Dataset records
---------------

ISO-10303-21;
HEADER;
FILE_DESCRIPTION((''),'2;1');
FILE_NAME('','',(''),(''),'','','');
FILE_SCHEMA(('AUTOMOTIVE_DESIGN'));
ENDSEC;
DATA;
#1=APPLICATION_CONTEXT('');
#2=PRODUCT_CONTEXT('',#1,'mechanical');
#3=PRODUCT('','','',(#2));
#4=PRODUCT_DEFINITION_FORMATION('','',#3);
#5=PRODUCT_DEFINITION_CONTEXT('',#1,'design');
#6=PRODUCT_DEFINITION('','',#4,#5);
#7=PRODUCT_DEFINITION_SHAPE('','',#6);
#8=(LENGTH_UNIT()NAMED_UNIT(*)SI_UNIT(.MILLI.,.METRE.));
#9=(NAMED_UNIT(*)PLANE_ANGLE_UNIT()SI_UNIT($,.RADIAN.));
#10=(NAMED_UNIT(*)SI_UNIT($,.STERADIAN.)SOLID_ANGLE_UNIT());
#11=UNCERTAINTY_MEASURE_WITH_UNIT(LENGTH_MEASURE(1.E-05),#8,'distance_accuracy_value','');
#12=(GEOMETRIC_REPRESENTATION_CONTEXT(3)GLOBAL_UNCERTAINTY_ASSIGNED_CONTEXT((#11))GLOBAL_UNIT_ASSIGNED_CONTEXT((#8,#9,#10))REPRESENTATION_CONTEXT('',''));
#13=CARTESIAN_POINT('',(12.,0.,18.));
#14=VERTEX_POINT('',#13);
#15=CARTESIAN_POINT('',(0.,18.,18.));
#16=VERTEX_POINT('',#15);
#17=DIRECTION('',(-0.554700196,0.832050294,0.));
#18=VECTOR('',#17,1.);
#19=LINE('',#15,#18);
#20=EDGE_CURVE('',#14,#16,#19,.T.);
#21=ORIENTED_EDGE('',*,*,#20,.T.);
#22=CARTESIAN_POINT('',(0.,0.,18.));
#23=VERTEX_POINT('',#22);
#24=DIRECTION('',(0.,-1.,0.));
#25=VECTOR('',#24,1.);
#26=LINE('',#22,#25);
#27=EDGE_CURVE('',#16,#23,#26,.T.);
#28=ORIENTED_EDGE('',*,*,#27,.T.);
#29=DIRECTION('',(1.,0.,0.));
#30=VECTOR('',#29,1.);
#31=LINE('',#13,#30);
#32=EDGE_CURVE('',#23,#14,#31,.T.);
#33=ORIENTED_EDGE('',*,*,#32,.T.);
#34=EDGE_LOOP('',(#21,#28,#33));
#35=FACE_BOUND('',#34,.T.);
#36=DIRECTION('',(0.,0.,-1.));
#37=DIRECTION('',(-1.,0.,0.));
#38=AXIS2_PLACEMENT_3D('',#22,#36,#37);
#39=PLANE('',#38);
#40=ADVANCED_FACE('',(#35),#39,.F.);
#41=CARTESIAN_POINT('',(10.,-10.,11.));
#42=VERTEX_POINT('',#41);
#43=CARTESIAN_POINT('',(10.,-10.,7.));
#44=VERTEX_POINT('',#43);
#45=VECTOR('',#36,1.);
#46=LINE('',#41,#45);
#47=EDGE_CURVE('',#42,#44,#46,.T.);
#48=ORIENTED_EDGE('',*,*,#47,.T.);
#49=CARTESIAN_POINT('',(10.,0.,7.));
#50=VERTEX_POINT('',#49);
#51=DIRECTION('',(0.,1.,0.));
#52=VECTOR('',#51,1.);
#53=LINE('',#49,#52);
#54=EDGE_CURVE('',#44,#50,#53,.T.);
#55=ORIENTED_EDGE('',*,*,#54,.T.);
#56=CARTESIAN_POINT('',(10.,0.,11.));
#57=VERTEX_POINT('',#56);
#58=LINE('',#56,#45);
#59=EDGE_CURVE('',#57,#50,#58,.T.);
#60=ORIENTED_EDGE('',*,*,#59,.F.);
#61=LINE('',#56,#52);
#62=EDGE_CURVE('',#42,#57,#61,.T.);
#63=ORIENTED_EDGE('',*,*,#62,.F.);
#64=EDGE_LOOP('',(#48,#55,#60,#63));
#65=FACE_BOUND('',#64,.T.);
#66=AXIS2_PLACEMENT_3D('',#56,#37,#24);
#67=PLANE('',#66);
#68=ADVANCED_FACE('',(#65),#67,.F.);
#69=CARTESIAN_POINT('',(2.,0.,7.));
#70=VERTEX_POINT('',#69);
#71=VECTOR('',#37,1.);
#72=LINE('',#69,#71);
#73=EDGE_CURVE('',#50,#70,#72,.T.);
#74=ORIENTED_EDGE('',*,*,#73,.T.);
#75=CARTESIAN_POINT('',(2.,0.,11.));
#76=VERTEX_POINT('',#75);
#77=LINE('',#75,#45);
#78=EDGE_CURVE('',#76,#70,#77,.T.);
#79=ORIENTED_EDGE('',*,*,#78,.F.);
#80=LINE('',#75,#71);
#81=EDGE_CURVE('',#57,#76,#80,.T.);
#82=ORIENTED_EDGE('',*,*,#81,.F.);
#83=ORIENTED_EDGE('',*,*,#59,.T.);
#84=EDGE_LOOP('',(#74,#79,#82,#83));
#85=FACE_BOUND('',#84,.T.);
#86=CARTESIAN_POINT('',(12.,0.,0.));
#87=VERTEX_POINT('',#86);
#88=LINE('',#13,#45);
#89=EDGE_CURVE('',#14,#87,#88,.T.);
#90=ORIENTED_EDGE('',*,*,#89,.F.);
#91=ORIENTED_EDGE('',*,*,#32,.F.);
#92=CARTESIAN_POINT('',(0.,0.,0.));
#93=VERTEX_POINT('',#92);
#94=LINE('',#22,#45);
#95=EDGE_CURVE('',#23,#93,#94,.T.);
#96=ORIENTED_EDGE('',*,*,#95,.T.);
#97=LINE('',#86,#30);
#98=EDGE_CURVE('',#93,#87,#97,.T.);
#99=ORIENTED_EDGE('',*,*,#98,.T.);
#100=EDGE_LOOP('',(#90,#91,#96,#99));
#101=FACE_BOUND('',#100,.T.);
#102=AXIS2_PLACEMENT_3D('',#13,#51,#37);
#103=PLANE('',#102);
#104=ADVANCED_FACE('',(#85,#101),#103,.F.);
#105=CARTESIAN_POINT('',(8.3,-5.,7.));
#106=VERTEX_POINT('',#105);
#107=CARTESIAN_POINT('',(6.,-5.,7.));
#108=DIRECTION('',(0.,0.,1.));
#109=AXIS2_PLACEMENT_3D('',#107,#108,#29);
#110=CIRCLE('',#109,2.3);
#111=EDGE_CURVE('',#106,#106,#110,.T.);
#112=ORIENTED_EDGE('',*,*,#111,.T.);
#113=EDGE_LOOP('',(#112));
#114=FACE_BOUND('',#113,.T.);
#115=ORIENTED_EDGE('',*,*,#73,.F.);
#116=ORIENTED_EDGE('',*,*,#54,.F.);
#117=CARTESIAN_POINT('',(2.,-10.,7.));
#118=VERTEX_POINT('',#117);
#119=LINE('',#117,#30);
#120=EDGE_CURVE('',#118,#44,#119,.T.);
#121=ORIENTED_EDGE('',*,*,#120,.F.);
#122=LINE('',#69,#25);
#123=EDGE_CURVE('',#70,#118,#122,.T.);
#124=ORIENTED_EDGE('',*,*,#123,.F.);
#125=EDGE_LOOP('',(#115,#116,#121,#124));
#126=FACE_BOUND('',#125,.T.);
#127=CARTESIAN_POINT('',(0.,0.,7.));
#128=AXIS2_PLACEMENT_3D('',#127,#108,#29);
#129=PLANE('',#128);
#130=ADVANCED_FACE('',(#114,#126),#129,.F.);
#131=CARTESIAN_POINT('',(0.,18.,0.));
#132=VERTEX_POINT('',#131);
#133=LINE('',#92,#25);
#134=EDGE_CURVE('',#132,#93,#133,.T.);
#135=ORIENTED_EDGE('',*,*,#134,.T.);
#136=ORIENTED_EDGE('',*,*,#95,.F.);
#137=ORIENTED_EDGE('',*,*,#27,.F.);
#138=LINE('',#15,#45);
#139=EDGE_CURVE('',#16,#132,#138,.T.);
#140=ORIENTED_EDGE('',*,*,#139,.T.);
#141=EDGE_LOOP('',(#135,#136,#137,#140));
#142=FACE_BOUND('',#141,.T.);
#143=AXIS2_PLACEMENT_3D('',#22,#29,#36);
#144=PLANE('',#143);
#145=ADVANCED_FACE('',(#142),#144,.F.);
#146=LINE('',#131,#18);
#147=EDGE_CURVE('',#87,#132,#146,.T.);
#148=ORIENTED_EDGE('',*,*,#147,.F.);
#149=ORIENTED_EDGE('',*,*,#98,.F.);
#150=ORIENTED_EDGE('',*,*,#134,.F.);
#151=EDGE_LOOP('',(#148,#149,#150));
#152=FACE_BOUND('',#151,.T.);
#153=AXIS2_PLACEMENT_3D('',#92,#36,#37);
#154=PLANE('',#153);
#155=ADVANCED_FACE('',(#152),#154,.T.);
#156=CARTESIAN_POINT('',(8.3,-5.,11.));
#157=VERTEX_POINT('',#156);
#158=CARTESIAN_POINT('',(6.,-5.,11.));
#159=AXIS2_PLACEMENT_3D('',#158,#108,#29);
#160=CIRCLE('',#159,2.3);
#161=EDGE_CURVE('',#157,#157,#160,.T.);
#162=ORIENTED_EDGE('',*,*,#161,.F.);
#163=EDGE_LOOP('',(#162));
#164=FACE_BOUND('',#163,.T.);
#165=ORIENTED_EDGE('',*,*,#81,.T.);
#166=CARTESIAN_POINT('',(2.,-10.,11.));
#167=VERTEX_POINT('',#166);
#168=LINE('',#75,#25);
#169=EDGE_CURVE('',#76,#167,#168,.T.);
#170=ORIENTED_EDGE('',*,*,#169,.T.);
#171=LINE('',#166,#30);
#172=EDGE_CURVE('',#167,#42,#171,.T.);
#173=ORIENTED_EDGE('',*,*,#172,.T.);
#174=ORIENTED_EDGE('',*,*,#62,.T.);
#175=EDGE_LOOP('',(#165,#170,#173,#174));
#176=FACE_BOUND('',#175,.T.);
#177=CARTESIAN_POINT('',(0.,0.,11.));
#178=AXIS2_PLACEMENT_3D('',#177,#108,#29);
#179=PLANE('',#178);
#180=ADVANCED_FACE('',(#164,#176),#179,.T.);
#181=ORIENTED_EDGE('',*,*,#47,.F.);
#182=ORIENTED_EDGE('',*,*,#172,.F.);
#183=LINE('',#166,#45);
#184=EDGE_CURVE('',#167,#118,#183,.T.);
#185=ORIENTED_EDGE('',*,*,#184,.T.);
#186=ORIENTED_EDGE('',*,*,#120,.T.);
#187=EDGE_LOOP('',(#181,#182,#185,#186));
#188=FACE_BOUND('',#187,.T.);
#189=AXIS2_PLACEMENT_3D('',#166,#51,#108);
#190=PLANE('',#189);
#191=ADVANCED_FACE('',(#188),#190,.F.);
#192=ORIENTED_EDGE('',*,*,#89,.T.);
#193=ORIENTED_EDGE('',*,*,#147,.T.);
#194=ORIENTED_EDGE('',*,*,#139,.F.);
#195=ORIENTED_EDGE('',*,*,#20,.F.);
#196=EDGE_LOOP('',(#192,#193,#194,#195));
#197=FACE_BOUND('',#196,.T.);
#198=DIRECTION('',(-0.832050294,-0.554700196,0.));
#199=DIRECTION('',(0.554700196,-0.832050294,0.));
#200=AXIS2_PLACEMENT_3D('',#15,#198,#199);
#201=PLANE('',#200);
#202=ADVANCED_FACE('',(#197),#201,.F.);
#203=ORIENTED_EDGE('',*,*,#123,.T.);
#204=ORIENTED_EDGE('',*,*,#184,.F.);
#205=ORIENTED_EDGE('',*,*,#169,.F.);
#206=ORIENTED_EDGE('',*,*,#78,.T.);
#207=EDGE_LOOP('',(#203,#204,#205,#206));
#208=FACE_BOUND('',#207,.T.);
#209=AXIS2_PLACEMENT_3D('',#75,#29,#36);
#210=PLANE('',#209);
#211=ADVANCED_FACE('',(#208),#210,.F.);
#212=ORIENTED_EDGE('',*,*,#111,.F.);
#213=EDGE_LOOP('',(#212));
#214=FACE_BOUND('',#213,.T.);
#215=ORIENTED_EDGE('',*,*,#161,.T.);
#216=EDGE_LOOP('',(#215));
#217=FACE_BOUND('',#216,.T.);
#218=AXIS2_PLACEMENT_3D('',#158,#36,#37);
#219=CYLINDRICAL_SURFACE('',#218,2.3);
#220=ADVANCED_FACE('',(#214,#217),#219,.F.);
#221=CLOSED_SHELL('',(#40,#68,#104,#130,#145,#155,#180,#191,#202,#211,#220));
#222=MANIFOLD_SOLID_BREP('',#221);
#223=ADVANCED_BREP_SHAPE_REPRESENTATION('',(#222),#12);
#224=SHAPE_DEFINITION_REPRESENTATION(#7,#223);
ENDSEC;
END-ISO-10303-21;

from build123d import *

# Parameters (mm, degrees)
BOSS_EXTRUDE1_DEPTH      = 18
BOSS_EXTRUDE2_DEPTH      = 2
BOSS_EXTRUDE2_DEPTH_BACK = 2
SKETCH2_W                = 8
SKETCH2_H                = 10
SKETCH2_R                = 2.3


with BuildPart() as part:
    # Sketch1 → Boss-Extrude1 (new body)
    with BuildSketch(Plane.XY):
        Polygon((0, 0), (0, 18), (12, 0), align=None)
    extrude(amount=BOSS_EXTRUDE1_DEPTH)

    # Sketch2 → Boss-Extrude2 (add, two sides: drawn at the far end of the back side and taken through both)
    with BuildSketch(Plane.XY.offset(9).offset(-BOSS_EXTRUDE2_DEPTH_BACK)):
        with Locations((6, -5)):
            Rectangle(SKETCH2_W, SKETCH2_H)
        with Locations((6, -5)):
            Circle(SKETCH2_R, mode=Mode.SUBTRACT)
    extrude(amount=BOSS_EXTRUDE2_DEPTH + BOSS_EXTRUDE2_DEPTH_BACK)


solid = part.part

---------------

§ EXERCISE REQUIREMENTS: Using the entries above, output exactly the lines between the line holding "#161=EDGE_CURVE('',#157,#157,#160,.T.);" and the line holding "#176=FACE_BOUND('',#175,.T.);", end lines included, and nothing more.

§ WRITTEN REPLY:
#161=EDGE_CURVE('',#157,#157,#160,.T.);
#162=ORIENTED_EDGE('',*,*,#161,.F.);
#163=EDGE_LOOP('',(#162));
#164=FACE_BOUND('',#163,.T.);
#165=ORIENTED_EDGE('',*,*,#81,.T.);
#166=CARTESIAN_POINT('',(2.,-10.,11.));
#167=VERTEX_POINT('',#166);
#168=LINE('',#75,#25);
#169=EDGE_CURVE('',#76,#167,#168,.T.);
#170=ORIENTED_EDGE('',*,*,#169,.T.);
#171=LINE('',#166,#30);
#172=EDGE_CURVE('',#167,#42,#171,.T.);
#173=ORIENTED_EDGE('',*,*,#172,.T.);
#174=ORIENTED_EDGE('',*,*,#62,.T.);
#175=EDGE_LOOP('',(#165,#170,#173,#174));
#176=FACE_BOUND('',#175,.T.);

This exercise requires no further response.